> _Data for the task_:

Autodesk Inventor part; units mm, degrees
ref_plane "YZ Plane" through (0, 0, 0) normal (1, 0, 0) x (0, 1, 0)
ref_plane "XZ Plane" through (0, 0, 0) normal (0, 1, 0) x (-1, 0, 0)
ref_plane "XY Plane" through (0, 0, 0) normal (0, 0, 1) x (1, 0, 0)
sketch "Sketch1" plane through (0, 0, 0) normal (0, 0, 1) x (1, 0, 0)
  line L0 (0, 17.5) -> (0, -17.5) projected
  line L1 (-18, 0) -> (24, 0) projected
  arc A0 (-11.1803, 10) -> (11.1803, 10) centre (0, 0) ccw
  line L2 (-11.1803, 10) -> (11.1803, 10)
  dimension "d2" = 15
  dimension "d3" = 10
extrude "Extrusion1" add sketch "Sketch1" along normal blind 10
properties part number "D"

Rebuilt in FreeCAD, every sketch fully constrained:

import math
import FreeCAD as App
import Part
import Sketcher

V = App.Vector

doc = App.newDocument("Part")
body = doc.addObject("PartDesign::Body", "Body")

# Sketch on XY plane
sketch1 = doc.addObject("Sketcher::SketchObject", "Sketch")
body.addObject(sketch1)
sketch1.AttachmentSupport = (doc.XY_Plane, [""])
sketch1.MapMode = "FlatFace"
sketch1.addGeometry(Part.LineSegment(V(11.1803, 10, 0), V(-11.1803, 10, 0)), False)
sketch1.addGeometry(Part.ArcOfCircle(Part.Circle(V(0, 0, 0), V(0, 0, 1), 14.99997), math.radians(138.189584), math.radians(401.810416)), False)
sketch1.addConstraint(Sketcher.Constraint("Coincident", 0, 1, 1, 2))
sketch1.addConstraint(Sketcher.Constraint("Coincident", 1, 1, 0, 2))
sketch1.addConstraint(Sketcher.Constraint("Horizontal", 0))
sketch1.addConstraint(Sketcher.Constraint("Coincident", 1, 3, -1, 1))
sketch1.addConstraint(Sketcher.Constraint("Radius", 1, 15.0))
sketch1.addConstraint(Sketcher.Constraint("DistanceY", -1, 1, 0, 1, 10.0))
pad1 = doc.addObject("PartDesign::Pad", "Pad")
body.addObject(pad1)
pad1.Profile = sketch1
pad1.Length = 10

doc.recompute()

> _Your task_:
Going through the records above, state how many lines include the word "normal", and give no other text.

> _Exercise solution_:
5